> Exercise objective
Restate verbatim the span of lines below between the line with "f 107 161 162" and the line with "f 108 187 109", including those two lines, and only that span.

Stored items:
((
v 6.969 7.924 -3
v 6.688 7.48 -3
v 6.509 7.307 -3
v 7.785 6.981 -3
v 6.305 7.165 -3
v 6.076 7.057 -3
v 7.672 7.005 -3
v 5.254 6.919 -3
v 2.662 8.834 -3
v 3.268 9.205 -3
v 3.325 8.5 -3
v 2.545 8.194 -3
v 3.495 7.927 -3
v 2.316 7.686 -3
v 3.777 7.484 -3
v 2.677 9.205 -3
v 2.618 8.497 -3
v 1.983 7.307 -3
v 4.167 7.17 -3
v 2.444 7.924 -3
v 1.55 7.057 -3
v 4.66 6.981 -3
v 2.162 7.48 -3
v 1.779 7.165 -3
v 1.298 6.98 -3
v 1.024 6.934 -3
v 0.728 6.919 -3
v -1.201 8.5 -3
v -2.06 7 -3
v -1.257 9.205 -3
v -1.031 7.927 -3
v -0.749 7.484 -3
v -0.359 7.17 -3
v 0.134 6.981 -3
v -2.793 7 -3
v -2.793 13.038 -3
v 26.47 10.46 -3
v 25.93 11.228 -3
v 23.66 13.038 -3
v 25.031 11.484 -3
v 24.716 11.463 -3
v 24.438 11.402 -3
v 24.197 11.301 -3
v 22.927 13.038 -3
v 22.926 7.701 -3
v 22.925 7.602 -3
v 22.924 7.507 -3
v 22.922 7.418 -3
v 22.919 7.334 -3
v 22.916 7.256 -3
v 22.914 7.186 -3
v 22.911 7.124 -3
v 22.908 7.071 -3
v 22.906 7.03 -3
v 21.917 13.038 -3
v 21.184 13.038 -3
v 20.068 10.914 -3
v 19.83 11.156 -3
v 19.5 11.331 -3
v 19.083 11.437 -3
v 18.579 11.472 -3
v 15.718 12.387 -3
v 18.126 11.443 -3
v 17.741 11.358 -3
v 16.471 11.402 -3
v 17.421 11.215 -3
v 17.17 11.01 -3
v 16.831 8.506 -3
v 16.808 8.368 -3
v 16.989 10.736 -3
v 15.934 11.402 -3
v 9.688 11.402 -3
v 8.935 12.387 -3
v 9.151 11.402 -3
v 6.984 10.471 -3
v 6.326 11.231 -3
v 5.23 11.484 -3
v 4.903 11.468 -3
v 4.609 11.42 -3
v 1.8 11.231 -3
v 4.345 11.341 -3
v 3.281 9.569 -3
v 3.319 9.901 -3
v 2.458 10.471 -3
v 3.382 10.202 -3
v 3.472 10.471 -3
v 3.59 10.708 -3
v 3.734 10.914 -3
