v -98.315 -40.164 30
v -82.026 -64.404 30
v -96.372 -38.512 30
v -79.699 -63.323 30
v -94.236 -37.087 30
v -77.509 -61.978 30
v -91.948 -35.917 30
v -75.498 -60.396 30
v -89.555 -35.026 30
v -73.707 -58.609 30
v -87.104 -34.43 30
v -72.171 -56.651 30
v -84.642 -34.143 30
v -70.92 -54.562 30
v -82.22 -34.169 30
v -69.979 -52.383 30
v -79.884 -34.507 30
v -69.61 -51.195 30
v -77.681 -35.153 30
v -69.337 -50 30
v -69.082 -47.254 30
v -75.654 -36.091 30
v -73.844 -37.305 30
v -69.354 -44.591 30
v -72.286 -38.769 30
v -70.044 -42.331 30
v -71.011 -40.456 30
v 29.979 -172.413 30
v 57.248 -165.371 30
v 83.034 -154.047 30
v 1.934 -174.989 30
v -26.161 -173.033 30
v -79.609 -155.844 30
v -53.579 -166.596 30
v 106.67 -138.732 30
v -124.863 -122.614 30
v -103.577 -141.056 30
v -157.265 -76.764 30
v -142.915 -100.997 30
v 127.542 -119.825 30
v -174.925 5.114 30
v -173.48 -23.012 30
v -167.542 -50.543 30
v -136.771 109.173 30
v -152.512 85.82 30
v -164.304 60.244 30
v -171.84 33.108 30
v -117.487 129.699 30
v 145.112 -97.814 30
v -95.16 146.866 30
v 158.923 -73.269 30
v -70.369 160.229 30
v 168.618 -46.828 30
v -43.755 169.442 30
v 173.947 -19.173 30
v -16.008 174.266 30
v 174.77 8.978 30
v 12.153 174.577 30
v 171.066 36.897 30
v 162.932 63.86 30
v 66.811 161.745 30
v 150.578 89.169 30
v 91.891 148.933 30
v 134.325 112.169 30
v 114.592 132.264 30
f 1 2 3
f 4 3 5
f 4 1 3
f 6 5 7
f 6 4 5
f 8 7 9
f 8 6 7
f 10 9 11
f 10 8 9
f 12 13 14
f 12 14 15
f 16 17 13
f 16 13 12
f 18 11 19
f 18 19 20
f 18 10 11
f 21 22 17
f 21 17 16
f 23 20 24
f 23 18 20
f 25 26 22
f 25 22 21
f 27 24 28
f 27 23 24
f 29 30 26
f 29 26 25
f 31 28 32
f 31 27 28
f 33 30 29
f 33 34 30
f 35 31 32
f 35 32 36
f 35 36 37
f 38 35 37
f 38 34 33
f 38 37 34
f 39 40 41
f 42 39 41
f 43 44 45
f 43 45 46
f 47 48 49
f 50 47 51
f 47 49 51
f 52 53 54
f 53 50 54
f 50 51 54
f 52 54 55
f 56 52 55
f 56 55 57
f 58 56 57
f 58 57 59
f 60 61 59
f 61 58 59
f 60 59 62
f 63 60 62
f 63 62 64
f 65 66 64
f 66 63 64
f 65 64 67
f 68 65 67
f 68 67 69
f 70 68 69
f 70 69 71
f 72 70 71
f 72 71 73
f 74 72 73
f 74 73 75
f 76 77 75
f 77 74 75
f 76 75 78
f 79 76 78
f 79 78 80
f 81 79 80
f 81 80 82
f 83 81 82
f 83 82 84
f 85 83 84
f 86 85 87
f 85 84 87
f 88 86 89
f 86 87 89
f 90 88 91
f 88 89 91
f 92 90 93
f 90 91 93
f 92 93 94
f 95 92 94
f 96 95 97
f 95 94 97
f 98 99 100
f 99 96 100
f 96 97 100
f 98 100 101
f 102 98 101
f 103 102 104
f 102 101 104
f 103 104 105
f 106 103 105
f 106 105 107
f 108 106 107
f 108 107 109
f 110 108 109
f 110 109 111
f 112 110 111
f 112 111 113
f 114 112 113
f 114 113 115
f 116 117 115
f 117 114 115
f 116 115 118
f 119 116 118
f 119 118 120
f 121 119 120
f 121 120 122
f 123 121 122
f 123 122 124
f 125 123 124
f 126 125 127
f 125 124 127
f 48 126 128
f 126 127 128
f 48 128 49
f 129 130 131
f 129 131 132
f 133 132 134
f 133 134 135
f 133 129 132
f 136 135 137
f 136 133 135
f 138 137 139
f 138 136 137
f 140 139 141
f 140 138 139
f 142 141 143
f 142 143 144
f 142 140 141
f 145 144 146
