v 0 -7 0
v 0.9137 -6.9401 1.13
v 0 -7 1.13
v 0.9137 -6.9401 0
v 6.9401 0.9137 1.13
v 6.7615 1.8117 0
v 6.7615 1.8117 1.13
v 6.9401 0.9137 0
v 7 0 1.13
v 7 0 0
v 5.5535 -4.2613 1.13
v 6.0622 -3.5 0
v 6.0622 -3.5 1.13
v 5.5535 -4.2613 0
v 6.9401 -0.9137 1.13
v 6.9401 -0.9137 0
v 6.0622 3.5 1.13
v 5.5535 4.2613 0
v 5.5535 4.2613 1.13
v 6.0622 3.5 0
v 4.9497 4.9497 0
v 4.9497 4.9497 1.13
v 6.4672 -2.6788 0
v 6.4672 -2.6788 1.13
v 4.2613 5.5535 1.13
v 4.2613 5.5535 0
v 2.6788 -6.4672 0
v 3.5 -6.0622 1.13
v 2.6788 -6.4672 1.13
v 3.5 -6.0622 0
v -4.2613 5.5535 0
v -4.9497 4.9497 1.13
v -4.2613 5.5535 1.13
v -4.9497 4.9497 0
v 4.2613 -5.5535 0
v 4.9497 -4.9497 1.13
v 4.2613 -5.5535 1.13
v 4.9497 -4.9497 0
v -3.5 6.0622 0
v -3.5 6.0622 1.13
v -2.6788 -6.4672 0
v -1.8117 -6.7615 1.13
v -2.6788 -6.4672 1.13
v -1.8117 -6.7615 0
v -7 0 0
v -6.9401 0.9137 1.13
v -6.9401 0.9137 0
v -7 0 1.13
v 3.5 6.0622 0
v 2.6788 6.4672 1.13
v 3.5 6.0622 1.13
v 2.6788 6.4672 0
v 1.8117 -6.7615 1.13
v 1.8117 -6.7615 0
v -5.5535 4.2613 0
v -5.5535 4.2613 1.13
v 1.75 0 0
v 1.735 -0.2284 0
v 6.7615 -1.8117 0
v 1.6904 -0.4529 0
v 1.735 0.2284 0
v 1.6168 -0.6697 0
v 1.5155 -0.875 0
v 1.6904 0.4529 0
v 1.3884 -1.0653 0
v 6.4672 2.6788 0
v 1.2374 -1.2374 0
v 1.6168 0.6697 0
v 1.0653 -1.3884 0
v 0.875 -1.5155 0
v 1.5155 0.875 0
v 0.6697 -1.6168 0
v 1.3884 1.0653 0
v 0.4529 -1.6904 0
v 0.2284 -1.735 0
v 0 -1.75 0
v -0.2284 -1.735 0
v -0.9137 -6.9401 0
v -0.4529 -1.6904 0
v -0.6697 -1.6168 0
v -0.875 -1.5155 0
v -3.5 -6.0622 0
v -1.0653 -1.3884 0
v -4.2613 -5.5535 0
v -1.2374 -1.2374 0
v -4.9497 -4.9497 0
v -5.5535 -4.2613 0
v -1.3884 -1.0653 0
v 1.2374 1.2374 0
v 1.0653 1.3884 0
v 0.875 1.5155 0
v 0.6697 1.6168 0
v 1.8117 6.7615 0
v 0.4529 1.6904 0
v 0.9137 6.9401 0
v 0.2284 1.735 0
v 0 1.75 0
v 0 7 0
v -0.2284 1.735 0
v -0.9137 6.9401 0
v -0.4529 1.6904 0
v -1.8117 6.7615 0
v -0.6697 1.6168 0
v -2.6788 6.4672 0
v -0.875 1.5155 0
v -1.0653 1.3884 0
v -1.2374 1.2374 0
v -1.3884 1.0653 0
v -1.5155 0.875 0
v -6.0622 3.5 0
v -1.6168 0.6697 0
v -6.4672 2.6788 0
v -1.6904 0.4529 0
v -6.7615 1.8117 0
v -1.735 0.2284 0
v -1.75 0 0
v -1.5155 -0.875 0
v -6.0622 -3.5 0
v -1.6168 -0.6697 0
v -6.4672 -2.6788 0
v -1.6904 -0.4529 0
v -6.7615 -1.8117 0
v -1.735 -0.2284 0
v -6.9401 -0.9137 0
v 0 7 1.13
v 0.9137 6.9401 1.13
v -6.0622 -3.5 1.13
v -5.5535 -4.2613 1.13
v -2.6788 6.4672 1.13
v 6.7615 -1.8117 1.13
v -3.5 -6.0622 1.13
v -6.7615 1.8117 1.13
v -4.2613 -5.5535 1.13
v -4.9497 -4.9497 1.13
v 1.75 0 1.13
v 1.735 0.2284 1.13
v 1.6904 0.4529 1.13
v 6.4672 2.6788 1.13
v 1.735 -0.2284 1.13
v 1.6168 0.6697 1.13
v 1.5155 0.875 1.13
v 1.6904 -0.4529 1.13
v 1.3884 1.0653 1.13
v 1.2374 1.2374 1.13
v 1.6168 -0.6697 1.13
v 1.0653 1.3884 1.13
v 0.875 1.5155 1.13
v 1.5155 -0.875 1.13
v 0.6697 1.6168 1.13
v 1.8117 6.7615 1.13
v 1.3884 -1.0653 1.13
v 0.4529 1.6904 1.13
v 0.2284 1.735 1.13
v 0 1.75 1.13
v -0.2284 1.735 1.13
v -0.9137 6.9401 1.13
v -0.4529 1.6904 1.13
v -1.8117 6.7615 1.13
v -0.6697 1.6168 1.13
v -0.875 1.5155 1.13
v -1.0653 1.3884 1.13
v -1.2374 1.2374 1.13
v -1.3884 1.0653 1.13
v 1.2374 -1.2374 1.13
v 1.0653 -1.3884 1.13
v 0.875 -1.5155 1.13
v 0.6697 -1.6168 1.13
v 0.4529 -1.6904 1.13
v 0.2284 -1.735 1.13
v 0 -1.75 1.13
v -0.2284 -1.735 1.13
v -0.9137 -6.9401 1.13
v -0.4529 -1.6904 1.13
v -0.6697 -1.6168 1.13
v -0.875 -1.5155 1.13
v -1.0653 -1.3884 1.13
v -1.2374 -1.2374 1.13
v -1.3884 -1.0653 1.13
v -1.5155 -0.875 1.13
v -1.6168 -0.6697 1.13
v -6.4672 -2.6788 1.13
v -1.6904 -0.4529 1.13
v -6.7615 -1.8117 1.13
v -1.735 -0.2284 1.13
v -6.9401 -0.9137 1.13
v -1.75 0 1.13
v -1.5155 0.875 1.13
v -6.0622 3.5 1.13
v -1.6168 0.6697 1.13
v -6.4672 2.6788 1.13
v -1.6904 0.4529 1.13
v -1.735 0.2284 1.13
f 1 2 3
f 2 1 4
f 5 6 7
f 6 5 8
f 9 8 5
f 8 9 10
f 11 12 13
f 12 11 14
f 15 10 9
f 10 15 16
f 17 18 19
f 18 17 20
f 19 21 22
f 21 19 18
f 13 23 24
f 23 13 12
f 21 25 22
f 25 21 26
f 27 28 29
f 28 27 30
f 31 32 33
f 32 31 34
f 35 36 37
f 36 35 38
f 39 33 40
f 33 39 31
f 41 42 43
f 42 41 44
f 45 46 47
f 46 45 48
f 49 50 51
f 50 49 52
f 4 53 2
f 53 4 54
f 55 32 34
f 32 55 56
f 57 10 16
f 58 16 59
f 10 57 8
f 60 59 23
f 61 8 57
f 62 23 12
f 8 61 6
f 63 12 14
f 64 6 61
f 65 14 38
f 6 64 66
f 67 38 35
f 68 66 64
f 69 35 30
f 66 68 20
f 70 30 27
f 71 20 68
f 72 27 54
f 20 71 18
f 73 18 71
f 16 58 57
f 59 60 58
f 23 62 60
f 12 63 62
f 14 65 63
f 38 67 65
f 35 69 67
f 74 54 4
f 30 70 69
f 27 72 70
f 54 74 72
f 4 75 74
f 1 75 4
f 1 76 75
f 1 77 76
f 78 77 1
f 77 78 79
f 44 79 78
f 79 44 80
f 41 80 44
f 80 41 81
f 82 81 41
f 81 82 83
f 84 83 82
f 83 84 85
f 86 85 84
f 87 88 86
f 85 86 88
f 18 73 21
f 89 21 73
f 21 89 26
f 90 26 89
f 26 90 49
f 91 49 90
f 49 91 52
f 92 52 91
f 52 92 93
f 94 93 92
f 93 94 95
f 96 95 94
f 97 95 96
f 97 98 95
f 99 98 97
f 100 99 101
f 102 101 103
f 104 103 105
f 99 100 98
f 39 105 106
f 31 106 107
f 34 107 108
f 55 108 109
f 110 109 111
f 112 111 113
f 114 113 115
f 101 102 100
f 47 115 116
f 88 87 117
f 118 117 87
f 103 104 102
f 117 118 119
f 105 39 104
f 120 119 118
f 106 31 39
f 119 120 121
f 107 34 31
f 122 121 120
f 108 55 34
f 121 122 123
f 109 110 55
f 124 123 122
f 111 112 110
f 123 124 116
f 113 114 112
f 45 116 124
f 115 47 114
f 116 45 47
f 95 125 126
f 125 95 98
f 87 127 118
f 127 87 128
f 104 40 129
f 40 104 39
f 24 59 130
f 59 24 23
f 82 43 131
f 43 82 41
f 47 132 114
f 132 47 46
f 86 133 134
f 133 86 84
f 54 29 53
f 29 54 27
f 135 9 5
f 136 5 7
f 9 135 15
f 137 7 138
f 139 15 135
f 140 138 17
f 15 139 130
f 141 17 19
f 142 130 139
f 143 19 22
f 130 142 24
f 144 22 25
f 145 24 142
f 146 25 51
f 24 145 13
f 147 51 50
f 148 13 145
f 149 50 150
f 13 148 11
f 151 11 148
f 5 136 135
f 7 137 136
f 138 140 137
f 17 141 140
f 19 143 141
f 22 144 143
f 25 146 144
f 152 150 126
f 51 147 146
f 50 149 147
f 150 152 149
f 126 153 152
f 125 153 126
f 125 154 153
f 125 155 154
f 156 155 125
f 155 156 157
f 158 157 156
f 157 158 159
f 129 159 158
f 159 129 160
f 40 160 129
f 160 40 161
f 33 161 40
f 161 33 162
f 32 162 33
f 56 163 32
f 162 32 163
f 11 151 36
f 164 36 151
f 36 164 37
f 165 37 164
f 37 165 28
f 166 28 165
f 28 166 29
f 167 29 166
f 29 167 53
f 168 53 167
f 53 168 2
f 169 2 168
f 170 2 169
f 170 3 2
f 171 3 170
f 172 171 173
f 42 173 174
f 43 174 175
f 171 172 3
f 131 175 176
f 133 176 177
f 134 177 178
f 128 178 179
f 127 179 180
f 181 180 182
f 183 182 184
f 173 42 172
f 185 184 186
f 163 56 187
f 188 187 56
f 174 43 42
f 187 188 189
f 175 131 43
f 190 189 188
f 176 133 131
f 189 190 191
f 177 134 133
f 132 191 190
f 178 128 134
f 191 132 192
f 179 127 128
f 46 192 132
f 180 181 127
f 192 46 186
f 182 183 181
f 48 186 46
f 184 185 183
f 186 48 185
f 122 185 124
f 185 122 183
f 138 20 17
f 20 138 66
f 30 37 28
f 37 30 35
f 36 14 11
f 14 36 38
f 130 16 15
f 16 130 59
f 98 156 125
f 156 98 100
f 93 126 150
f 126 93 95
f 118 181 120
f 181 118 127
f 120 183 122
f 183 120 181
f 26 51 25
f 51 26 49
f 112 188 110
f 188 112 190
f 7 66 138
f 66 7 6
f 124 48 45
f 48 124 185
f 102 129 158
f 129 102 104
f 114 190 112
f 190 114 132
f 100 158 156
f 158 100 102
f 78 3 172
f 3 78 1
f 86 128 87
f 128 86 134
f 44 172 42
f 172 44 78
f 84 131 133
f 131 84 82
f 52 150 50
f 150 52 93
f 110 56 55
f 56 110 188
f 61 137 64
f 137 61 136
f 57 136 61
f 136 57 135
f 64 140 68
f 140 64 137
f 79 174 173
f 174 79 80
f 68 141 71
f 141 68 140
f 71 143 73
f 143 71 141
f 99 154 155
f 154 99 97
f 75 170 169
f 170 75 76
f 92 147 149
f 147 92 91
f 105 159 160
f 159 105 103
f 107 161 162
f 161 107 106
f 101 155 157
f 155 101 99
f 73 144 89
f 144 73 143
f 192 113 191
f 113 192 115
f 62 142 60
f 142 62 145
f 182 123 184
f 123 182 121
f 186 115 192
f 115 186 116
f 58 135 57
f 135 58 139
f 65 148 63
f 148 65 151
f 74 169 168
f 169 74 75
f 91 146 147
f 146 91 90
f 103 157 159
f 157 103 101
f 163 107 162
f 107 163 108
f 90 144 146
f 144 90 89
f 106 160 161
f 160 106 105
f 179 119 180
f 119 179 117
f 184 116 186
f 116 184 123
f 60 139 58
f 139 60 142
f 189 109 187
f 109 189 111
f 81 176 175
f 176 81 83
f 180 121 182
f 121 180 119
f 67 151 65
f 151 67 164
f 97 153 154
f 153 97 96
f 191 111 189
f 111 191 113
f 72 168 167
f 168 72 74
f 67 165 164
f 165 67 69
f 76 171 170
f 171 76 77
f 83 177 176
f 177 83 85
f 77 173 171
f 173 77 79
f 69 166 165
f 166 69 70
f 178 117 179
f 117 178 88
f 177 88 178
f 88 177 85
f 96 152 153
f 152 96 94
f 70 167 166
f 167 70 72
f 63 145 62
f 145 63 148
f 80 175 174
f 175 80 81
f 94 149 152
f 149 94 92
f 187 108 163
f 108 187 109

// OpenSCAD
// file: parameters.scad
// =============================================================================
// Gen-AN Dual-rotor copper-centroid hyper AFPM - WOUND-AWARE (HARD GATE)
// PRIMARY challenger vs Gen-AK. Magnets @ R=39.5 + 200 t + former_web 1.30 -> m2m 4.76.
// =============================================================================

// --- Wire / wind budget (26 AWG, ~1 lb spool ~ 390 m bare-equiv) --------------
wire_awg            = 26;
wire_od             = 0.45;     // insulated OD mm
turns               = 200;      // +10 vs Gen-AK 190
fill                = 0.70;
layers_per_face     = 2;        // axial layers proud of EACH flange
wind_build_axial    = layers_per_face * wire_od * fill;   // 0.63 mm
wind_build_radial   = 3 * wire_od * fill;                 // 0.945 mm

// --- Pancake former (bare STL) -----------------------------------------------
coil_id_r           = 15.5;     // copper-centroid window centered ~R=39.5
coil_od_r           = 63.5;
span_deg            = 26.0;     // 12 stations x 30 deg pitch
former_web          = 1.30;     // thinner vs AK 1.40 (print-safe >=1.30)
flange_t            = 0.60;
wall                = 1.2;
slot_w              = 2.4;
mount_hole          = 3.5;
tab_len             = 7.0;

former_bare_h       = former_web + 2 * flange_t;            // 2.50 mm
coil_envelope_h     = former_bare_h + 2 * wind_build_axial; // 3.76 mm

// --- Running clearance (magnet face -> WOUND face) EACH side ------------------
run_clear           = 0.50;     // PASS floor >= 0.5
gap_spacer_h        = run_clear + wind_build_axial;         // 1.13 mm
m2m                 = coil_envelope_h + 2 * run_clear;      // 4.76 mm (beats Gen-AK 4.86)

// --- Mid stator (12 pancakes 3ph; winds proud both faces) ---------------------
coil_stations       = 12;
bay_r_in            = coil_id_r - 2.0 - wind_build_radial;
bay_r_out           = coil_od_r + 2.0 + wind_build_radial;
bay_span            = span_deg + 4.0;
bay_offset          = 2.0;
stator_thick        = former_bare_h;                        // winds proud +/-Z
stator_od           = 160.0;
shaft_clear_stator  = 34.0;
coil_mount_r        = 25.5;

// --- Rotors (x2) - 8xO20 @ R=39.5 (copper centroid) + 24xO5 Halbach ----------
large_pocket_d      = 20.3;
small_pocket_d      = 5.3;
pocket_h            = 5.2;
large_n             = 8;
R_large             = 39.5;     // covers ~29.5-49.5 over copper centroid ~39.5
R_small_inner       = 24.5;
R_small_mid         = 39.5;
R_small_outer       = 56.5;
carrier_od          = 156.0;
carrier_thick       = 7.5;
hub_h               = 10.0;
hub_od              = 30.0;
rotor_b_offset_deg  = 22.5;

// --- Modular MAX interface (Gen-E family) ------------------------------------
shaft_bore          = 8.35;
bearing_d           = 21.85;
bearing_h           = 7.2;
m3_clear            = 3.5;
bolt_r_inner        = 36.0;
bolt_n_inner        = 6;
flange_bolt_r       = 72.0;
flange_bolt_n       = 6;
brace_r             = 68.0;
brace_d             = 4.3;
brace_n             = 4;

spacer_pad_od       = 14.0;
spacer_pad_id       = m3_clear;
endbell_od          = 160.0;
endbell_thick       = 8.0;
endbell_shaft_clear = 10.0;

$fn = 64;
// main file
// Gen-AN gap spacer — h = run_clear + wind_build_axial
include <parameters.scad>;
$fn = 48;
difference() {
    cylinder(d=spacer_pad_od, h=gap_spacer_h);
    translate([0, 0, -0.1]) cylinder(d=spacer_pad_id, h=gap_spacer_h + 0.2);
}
))
> Answer for this exercise
f 107 161 162
f 161 107 106
f 101 155 157
f 155 101 99
f 73 144 89
f 144 73 143
f 192 113 191
f 113 192 115
f 62 142 60
f 142 62 145
f 182 123 184
f 123 182 121
f 186 115 192
f 115 186 116
f 58 135 57
f 135 58 139
f 65 148 63
f 148 65 151
f 74 169 168
f 169 74 75
f 91 146 147
f 146 91 90
f 103 157 159
f 157 103 101
f 163 107 162
f 107 163 108
f 90 144 146
f 144 90 89
f 106 160 161
f 160 106 105
f 179 119 180
f 119 179 117
f 184 116 186
f 116 184 123
f 60 139 58
f 139 60 142
f 189 109 187
f 109 189 111
f 81 176 175
f 176 81 83
f 180 121 182
f 121 180 119
f 67 151 65
f 151 67 164
f 97 153 154
f 153 97 96
f 191 111 189
f 111 191 113
f 72 168 167
f 168 72 74
f 67 165 164
f 165 67 69
f 76 171 170
f 171 76 77
f 83 177 176
f 177 83 85
f 77 173 171
f 173 77 79
f 69 166 165
f 166 69 70
f 178 117 179
f 117 178 88
f 177 88 178
f 88 177 85
f 96 152 153
f 152 96 94
f 70 167 166
f 167 70 72
f 63 145 62
f 145 63 148
f 80 175 174
f 175 80 81
f 94 149 152
f 149 94 92
f 187 108 163
f 108 187 109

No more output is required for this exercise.